Com base em roteiro de David França Mendes,
inspirado no livro homônimo de Fernando Morais,
a obra de Vicente Amorim (“Um Homem Bom”) expõe
as lembranças de Miyuki (Takako Tokwa), casada,
na ocasião, com o fotógrafo Takahashi (Tsuyoshi
Ihava), um dos iniciadores da organização
terrorista Shindo Renmei, responsável pelos
sangrentos acontecimentos ocorri dos na região
de Tupã, Bastos e Lins, no Estado de São Paulo.
A linguagem de Amorim é, portanto, de ordem
subjetiva. A imagem, gerada pela câmara de
Rodrigo Monte, é quase sempre desfocada, nas
tomadas externas, a indicar talvez os apagados
tempos em que transcorreram os episódios. Tudo
começa pela truculência de um policial
brasileiro, sargento Garcia (André Frateschi),
que invade a colônia, onde se verificava a
insurgência de japoneses ante o noticiário,
divulgado pela imprensa, de que o Japão se
rendera aos inimigos: - Japão não se rende.

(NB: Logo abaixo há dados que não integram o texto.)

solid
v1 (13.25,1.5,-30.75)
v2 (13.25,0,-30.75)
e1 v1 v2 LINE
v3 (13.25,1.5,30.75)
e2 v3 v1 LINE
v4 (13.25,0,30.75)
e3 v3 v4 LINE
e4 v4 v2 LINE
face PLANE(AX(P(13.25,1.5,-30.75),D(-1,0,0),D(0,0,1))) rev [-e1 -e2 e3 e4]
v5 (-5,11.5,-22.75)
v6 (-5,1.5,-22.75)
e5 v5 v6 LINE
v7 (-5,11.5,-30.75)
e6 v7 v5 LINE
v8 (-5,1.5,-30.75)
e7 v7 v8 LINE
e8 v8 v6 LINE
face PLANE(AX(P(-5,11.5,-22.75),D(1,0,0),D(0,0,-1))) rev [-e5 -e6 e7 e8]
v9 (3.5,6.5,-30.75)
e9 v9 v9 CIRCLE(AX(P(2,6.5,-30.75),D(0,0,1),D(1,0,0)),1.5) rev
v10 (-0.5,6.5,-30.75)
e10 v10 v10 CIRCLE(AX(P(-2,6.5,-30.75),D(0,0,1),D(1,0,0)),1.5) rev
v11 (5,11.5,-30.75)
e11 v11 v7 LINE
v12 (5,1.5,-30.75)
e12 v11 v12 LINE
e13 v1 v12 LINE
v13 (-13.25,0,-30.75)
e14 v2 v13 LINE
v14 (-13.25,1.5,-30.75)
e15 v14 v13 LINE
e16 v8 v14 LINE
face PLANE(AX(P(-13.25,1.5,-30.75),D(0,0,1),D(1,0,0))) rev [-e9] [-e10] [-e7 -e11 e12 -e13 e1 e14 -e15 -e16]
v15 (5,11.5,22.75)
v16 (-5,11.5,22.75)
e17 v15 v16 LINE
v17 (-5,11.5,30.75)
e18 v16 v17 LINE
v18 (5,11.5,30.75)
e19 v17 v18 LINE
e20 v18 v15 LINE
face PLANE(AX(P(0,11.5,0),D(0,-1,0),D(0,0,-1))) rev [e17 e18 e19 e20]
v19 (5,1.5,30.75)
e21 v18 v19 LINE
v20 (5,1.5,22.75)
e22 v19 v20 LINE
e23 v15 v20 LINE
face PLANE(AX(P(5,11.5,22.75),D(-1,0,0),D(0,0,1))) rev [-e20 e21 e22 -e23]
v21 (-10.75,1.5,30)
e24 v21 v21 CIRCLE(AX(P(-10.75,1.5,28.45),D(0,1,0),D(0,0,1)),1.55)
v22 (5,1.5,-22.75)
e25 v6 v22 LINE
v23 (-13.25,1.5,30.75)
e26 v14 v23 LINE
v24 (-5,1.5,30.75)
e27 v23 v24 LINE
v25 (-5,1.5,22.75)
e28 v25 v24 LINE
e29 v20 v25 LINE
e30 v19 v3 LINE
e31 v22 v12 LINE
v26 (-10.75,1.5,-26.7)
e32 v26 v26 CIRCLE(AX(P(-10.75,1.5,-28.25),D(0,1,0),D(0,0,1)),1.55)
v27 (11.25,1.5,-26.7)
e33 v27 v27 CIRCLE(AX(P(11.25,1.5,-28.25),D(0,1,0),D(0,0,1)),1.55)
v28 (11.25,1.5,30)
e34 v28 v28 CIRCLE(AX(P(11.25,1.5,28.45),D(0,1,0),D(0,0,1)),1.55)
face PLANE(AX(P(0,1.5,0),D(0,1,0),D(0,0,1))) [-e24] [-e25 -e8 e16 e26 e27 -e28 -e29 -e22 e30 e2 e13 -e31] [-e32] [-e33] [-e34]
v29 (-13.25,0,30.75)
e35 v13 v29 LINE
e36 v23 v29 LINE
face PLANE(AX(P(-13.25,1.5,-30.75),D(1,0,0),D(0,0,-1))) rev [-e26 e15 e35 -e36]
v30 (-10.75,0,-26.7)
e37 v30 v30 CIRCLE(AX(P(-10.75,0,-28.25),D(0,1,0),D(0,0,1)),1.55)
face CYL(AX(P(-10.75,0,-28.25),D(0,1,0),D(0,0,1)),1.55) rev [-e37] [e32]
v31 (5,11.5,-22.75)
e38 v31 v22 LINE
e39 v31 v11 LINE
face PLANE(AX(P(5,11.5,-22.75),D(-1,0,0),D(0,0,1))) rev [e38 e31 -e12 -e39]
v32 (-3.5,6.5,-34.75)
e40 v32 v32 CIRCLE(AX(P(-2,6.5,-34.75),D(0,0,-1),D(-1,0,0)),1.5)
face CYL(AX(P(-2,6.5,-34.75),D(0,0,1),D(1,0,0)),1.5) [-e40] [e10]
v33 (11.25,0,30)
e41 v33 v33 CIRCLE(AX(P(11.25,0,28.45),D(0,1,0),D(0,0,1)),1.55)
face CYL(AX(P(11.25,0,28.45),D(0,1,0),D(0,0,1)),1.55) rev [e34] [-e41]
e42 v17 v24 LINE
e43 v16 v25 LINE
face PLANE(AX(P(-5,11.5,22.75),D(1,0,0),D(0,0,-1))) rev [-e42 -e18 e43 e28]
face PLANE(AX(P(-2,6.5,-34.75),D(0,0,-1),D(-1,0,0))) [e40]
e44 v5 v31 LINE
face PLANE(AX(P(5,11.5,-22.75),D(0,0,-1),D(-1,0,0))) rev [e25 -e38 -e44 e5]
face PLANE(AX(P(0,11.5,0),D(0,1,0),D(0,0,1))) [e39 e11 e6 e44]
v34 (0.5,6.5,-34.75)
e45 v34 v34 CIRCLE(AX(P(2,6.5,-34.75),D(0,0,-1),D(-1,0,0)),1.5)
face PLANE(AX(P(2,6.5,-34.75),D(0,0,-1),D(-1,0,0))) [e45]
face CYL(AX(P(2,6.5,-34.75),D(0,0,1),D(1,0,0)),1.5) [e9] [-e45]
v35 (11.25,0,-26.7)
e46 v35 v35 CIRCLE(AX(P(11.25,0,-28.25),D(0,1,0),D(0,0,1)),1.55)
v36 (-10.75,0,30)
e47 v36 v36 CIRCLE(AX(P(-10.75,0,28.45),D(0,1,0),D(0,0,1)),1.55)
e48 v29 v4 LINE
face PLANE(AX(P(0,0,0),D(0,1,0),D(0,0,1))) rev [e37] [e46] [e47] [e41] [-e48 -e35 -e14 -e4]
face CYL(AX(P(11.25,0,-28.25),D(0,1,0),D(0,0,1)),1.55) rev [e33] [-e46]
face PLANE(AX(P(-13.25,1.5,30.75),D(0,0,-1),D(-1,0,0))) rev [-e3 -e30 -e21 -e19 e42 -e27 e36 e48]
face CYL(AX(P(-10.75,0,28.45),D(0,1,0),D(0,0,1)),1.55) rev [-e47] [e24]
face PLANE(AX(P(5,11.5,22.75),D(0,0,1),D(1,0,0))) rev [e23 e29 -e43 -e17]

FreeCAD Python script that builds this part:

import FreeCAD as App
import Part
import Sketcher

doc = App.newDocument("Part")
params = doc.addObject("Spreadsheet::Sheet", "Params")
for row, (alias, value) in enumerate([
    ("sketch1_width", "26.5 mm"),
    ("sketch1_height", "61.5 mm"),
    ("pad1_length", "1.5 mm"),
    ("sketch2_diameter", "3.1 mm"),
    ("sketch3_width", "10 mm"),
    ("sketch3_height", "8 mm"),
    ("pad2_length", "10 mm"),
    ("sketch4_diameter", "3 mm"),
    ("pad3_length", "4 mm"),
], start=1):
    params.set(f"A{row}", alias)
    params.set(f"B{row}", "=" + value)
    params.setAlias(f"B{row}", alias)

body = doc.addObject("PartDesign::Body", "Body")

# Sketch on XZ plane
sketch1 = body.newObject("Sketcher::SketchObject", "Sketch")
sketch1.AttachmentSupport = (doc.getObject("XZ_Plane"), [""])
sketch1.MapMode = "FlatFace"
sketch1.addGeometry([
    Part.LineSegment(App.Vector(-13, -31, 0), App.Vector(-13, 31, 0)),
    Part.LineSegment(App.Vector(-13, 31, 0), App.Vector(13, 31, 0)),
    Part.LineSegment(App.Vector(13, 31, 0), App.Vector(13, -31, 0)),
    Part.LineSegment(App.Vector(13, -31, 0), App.Vector(-13, -31, 0)),
], False)
sketch1.addConstraint([
    Sketcher.Constraint("Coincident", 0, 2, 1, 1),
    Sketcher.Constraint("Coincident", 1, 2, 2, 1),
    Sketcher.Constraint("Coincident", 2, 2, 3, 1),
    Sketcher.Constraint("Coincident", 3, 2, 0, 1),
    Sketcher.Constraint("Vertical", 0),
    Sketcher.Constraint("Horizontal", 1),
    Sketcher.Constraint("Vertical", 2),
    Sketcher.Constraint("Horizontal", 3),
    Sketcher.Constraint("Symmetric", 0, 2, 2, 2, -1, 1),
    Sketcher.Constraint("DistanceX", 1, 1, 1, 2, 26.5),
    Sketcher.Constraint("DistanceY", 0, 1, 0, 2, 61.5),
])
sketch1.setExpression("Constraints[9]", "Params.sketch1_width")
sketch1.setExpression("Constraints[10]", "Params.sketch1_height")
pad1 = body.newObject("PartDesign::Pad", "Pad")
pad1.Profile = sketch1
pad1.setExpression("Length", "Params.pad1_length")
pad1.Reversed = True

# Sketch on XZ plane
sketch2 = body.newObject("Sketcher::SketchObject", "Sketch001")
sketch2.AttachmentSupport = (doc.getObject("XZ_Plane"), [""])
sketch2.MapMode = "FlatFace"
sketch2.AttachmentOffset = App.Placement(App.Vector(0, 0, -1.5), App.Rotation())
sketch2.addGeometry([
    Part.Circle(App.Vector(-10.8, -28.2, 0), App.Vector(0, 0, 1), 1.6),
    Part.Circle(App.Vector(11.2, -28.2, 0), App.Vector(0, 0, 1), 1.6),
    Part.Circle(App.Vector(11.2, 28.4, 0), App.Vector(0, 0, 1), 1.6),
    Part.Circle(App.Vector(-10.8, 28.4, 0), App.Vector(0, 0, 1), 1.6),
], False)
sketch2.addConstraint([
    Sketcher.Constraint("Equal", 0, 1),
    Sketcher.Constraint("Equal", 1, 2),
    Sketcher.Constraint("Equal", 2, 3),
    Sketcher.Constraint("Horizontal", 0, 3, 1, 3),
    Sketcher.Constraint("Horizontal", 2, 3, 3, 3),
    Sketcher.Constraint("Vertical", 1, 3, 2, 3),
    Sketcher.Constraint("Vertical", 0, 3, 3, 3),
    Sketcher.Constraint("Diameter", 0, 3.1),
    Sketcher.Constraint("DistanceX", 0, 3, 1, 3, 22.0),
    Sketcher.Constraint("DistanceY", 1, 3, 2, 3, 56.7),
    Sketcher.Constraint("DistanceX", 0, 3, -1, 1, 10.75),
    Sketcher.Constraint("DistanceY", 0, 3, -1, 1, 28.25),
])
sketch2.setExpression("Constraints[7]", "Params.sketch2_diameter")
pocket1 = body.newObject("PartDesign::Pocket", "Pocket")
pocket1.Profile = sketch2
pocket1.Type = "ThroughAll"
pocket1.Reversed = True

# Sketch on XZ plane
sketch3 = body.newObject("Sketcher::SketchObject", "Sketch002")
sketch3.AttachmentSupport = (doc.getObject("XZ_Plane"), [""])
sketch3.MapMode = "FlatFace"
sketch3.AttachmentOffset = App.Placement(App.Vector(0, 0, -1.5), App.Rotation())
sketch3.addGeometry([
    Part.LineSegment(App.Vector(-5, 23, 0), App.Vector(-5, 31, 0)),  # 0
    Part.LineSegment(App.Vector(-5, 31, 0), App.Vector(5, 31, 0)),  # 1
    Part.LineSegment(App.Vector(5, 31, 0), App.Vector(5, 23, 0)),  # 2
    Part.LineSegment(App.Vector(5, 23, 0), App.Vector(-5, 23, 0)),  # 3
    Part.LineSegment(App.Vector(-5, -31, 0), App.Vector(-5, -23, 0)),  # 4
    Part.LineSegment(App.Vector(-5, -23, 0), App.Vector(5, -23, 0)),  # 5
    Part.LineSegment(App.Vector(5, -23, 0), App.Vector(5, -31, 0)),  # 6
    Part.LineSegment(App.Vector(5, -31, 0), App.Vector(-5, -31, 0)),  # 7
], False)
sketch3.addConstraint([
    Sketcher.Constraint("Coincident", 0, 2, 1, 1),
    Sketcher.Constraint("Coincident", 1, 2, 2, 1),
    Sketcher.Constraint("Coincident", 2, 2, 3, 1),
    Sketcher.Constraint("Coincident", 3, 2, 0, 1),
    Sketcher.Constraint("Coincident", 4, 2, 5, 1),
    Sketcher.Constraint("Coincident", 5, 2, 6, 1),
    Sketcher.Constraint("Coincident", 6, 2, 7, 1),
    Sketcher.Constraint("Coincident", 7, 2, 4, 1),
    Sketcher.Constraint("Vertical", 0),
    Sketcher.Constraint("Horizontal", 1),
    Sketcher.Constraint("Vertical", 2),
    Sketcher.Constraint("Horizontal", 3),
    Sketcher.Constraint("Vertical", 4),
    Sketcher.Constraint("Horizontal", 5),
    Sketcher.Constraint("Vertical", 6),
    Sketcher.Constraint("Horizontal", 7),
    Sketcher.Constraint("Symmetric", 2, 2, 4, 2, -1, 1),
    Sketcher.Constraint("Symmetric", 0, 2, 6, 2, -1, 1),
    Sketcher.Constraint("Vertical", 3, 2, 4, 2),
    Sketcher.Constraint("DistanceX", 1, 1, 1, 2, 10.0),
    Sketcher.Constraint("DistanceY", 0, 1, 0, 2, 8.0),
    Sketcher.Constraint("DistanceY", 4, 2, 3, 2, 45.5),
])
sketch3.setExpression("Constraints[19]", "Params.sketch3_width")
sketch3.setExpression("Constraints[20]", "Params.sketch3_height")
pad2 = body.newObject("PartDesign::Pad", "Pad001")
pad2.Profile = sketch3
pad2.setExpression("Length", "Params.pad2_length")
pad2.Reversed = True

# Sketch on XY plane
sketch4 = body.newObject("Sketcher::SketchObject", "Sketch003")
sketch4.AttachmentSupport = (doc.getObject("XY_Plane"), [""])
sketch4.MapMode = "FlatFace"
sketch4.AttachmentOffset = App.Placement(App.Vector(0, 0, -30.75), App.Rotation())
sketch4.addGeometry([
    Part.Circle(App.Vector(2, 6.5, 0), App.Vector(0, 0, 1), 1.5),
    Part.Circle(App.Vector(-2, 6.5, 0), App.Vector(0, 0, 1), 1.5),
], False)
sketch4.addConstraint([
    Sketcher.Constraint("Equal", 0, 1),
    Sketcher.Constraint("Symmetric", 0, 3, 1, 3, -2),
    Sketcher.Constraint("Diameter", 0, 3.0),
    Sketcher.Constraint("DistanceX", -1, 1, 0, 3, 2.0),
    Sketcher.Constraint("DistanceY", -1, 1, 0, 3, 6.5),
])
sketch4.setExpression("Constraints[2]", "Params.sketch4_diameter")
pad3 = body.newObject("PartDesign::Pad", "Pad002")
pad3.Profile = sketch4
pad3.setExpression("Length", "Params.pad3_length")
pad3.Reversed = True

doc.recompute()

Nunca se rendeu – afirma o coronel Watanabe
(Eiji Okuda), líder do movimento.
Em sinal de protesto contra a ação policial,
Watanabe manda hastear a bandeira do Japão, no
que é prontamente impedido por Garcia, que a faz
descerrar e, de posse dela, limpa as suas botas,
aos berros: - Isto aqui é Brasil!...É Brasil. À
noitinha, os colonos, armados e liderados por
Watanabe, se dirigem à delegacia do lugarejo
próximo (Bastos) à procura de Garcia. Querem
matá-lo. Atônito, o subdelegado (Eduardo
Moscovis) os reúne, em seu escritório, para
ouvi-los. Por meio de um intérprete, Sasaki
(Shun Sugala), único que fala o português, ele
tenta convencê-los de que realmente o Japão
perdera a guerra...
Mas é inútil. Watanabe e todos os demais
presentes afirmam: - O Japão ganhou a
guerra!...Diante da insistência deles que,
enfurecidos, desejam matar o sargento Garcia, o
subdelegado não tem alternativa senão mandar
trancafiá-los na cadeia. Logo, porém, no dia
seguinte, os colonos conseguem habeas-corpus e,
sob o protesto da autoridade policial, deixam o
cárcere. Tem início então a matança, no meio dos
próprios colonos, de todos os julgados traidores
(“corações sujos”). São eles os que, por algum
modo, colaboraram com as forças policiais ou
manifestaram, por gestos ou por palavras,
dúvidas sobre a “vitória” do Japão na guerra.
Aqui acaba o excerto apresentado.